Assigned task: A line below contains "f 87 413 418", and a later one contains "f 419 139 40". Repeat both, with every line between them, exactly.

Stored items from a collection:

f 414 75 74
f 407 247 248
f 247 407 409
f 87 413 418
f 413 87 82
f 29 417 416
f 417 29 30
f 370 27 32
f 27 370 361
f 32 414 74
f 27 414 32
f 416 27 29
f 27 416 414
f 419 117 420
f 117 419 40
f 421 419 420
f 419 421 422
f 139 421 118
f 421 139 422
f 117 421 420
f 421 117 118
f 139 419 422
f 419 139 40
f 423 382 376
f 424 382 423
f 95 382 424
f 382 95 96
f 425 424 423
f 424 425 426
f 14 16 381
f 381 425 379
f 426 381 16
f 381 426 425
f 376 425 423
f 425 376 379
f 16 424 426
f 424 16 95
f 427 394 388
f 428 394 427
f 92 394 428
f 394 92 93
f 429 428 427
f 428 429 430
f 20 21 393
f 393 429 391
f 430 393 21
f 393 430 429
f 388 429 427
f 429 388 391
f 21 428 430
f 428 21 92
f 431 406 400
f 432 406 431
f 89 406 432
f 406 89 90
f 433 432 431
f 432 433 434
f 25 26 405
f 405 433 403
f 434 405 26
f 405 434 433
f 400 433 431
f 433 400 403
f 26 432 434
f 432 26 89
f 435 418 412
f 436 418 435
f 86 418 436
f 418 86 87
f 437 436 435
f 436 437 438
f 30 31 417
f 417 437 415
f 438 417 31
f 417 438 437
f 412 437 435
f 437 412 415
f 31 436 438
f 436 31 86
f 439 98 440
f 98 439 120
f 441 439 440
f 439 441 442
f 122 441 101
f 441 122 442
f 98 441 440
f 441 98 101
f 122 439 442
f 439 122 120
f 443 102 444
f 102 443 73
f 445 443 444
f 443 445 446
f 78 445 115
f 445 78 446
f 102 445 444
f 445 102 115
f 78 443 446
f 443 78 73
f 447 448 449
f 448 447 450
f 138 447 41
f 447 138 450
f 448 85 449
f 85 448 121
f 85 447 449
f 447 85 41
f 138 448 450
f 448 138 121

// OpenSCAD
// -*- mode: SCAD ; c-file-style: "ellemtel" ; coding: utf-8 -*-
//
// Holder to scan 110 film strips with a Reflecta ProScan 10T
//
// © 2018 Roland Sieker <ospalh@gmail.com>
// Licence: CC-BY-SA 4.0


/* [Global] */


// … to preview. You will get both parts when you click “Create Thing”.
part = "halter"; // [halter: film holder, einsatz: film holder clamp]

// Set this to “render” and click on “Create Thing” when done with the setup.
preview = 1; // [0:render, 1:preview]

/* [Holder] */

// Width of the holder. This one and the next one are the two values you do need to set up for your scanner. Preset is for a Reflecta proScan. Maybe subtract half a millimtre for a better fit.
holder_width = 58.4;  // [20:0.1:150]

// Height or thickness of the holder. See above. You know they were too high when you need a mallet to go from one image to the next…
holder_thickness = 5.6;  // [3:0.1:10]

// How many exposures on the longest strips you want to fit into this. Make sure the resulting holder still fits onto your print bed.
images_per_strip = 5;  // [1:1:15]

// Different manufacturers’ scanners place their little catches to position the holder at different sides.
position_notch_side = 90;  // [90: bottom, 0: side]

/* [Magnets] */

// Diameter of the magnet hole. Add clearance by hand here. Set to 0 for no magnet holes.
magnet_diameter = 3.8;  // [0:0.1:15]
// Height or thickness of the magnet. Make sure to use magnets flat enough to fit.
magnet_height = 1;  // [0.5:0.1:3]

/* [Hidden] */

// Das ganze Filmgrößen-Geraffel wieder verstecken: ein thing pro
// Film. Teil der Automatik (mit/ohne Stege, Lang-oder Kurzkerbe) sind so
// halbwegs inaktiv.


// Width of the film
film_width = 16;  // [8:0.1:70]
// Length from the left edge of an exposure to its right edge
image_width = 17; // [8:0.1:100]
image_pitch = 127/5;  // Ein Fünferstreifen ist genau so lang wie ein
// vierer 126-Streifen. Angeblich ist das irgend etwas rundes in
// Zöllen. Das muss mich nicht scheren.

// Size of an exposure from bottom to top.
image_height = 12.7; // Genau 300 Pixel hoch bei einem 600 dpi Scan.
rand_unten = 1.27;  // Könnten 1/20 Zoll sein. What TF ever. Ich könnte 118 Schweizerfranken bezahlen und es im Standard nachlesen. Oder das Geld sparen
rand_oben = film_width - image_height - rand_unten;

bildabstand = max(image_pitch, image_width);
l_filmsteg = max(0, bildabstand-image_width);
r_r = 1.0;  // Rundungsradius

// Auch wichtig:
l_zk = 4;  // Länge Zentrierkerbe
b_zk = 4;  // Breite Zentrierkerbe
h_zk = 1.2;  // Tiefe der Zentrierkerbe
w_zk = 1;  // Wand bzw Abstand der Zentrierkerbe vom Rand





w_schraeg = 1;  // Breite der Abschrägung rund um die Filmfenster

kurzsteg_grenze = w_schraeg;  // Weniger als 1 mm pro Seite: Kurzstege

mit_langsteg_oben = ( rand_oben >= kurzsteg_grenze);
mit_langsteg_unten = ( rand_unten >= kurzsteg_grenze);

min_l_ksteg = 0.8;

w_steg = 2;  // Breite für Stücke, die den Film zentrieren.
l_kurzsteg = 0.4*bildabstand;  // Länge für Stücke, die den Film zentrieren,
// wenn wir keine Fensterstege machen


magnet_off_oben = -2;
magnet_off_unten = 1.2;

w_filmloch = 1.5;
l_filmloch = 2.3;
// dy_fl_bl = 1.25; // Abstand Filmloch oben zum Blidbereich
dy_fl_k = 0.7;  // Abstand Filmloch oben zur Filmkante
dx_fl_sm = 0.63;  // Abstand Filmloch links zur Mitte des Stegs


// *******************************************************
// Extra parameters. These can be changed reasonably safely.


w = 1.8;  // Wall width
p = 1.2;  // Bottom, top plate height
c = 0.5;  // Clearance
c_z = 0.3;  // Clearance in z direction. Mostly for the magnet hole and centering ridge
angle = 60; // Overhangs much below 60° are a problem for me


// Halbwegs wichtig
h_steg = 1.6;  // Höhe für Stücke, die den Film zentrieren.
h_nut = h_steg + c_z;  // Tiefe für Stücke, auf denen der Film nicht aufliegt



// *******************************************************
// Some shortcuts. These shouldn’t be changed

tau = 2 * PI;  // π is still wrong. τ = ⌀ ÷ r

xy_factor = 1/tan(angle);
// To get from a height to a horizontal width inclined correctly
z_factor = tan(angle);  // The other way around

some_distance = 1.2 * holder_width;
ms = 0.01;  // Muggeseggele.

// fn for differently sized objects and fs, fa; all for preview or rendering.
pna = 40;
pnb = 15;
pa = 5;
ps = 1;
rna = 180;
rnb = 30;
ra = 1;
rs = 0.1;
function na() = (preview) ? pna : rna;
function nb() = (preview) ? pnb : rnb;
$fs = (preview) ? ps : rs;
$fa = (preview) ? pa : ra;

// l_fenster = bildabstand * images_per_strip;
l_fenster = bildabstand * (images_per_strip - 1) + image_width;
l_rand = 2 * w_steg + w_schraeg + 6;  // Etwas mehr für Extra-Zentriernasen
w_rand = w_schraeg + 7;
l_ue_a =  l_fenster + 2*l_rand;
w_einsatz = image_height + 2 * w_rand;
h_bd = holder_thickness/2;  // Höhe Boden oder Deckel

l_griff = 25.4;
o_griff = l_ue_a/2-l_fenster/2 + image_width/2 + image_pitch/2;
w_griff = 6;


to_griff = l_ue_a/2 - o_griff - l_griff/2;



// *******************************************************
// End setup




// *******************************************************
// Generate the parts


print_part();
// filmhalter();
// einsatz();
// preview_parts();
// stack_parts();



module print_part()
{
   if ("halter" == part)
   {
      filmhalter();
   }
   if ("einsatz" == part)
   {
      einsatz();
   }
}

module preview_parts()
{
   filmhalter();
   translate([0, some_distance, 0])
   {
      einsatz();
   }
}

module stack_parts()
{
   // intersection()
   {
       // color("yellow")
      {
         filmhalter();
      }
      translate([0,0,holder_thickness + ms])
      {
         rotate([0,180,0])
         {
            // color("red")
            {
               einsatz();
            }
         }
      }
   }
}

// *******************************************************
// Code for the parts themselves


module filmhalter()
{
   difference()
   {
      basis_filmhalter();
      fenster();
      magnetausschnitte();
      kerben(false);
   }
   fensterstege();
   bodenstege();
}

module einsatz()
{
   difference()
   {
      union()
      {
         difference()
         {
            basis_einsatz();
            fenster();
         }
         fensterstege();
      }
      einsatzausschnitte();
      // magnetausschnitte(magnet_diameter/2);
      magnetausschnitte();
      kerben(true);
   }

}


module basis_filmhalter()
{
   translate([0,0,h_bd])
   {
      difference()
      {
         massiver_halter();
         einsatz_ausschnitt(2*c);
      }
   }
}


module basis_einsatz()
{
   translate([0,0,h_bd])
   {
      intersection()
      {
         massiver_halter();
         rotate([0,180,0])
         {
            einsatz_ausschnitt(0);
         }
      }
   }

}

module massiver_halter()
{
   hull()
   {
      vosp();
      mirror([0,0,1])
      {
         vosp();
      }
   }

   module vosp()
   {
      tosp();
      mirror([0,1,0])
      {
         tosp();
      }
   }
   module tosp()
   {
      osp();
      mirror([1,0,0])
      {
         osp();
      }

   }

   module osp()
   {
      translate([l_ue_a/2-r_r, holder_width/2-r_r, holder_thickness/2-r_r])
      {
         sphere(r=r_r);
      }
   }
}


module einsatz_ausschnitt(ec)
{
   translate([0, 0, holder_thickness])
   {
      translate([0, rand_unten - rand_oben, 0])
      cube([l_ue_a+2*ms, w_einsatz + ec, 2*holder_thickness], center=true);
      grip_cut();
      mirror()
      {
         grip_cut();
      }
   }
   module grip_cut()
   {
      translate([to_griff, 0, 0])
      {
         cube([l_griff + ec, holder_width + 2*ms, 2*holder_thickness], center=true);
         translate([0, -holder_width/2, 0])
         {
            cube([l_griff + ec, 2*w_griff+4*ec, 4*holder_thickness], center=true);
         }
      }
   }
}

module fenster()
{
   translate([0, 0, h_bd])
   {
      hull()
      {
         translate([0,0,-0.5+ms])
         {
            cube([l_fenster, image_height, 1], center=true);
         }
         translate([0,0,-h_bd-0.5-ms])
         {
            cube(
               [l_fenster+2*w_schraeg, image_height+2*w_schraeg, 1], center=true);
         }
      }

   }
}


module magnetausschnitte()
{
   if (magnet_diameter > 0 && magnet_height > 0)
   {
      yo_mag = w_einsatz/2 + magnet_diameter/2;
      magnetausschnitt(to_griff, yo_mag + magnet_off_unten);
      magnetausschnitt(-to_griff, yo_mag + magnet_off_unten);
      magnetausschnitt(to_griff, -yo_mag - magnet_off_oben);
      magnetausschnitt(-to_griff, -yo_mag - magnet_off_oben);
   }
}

Result of this exercise:
f 87 413 418
f 413 87 82
f 29 417 416
f 417 29 30
f 370 27 32
f 27 370 361
f 32 414 74
f 27 414 32
f 416 27 29
f 27 416 414
f 419 117 420
f 117 419 40
f 421 419 420
f 419 421 422
f 139 421 118
f 421 139 422
f 117 421 420
f 421 117 118
f 139 419 422
f 419 139 40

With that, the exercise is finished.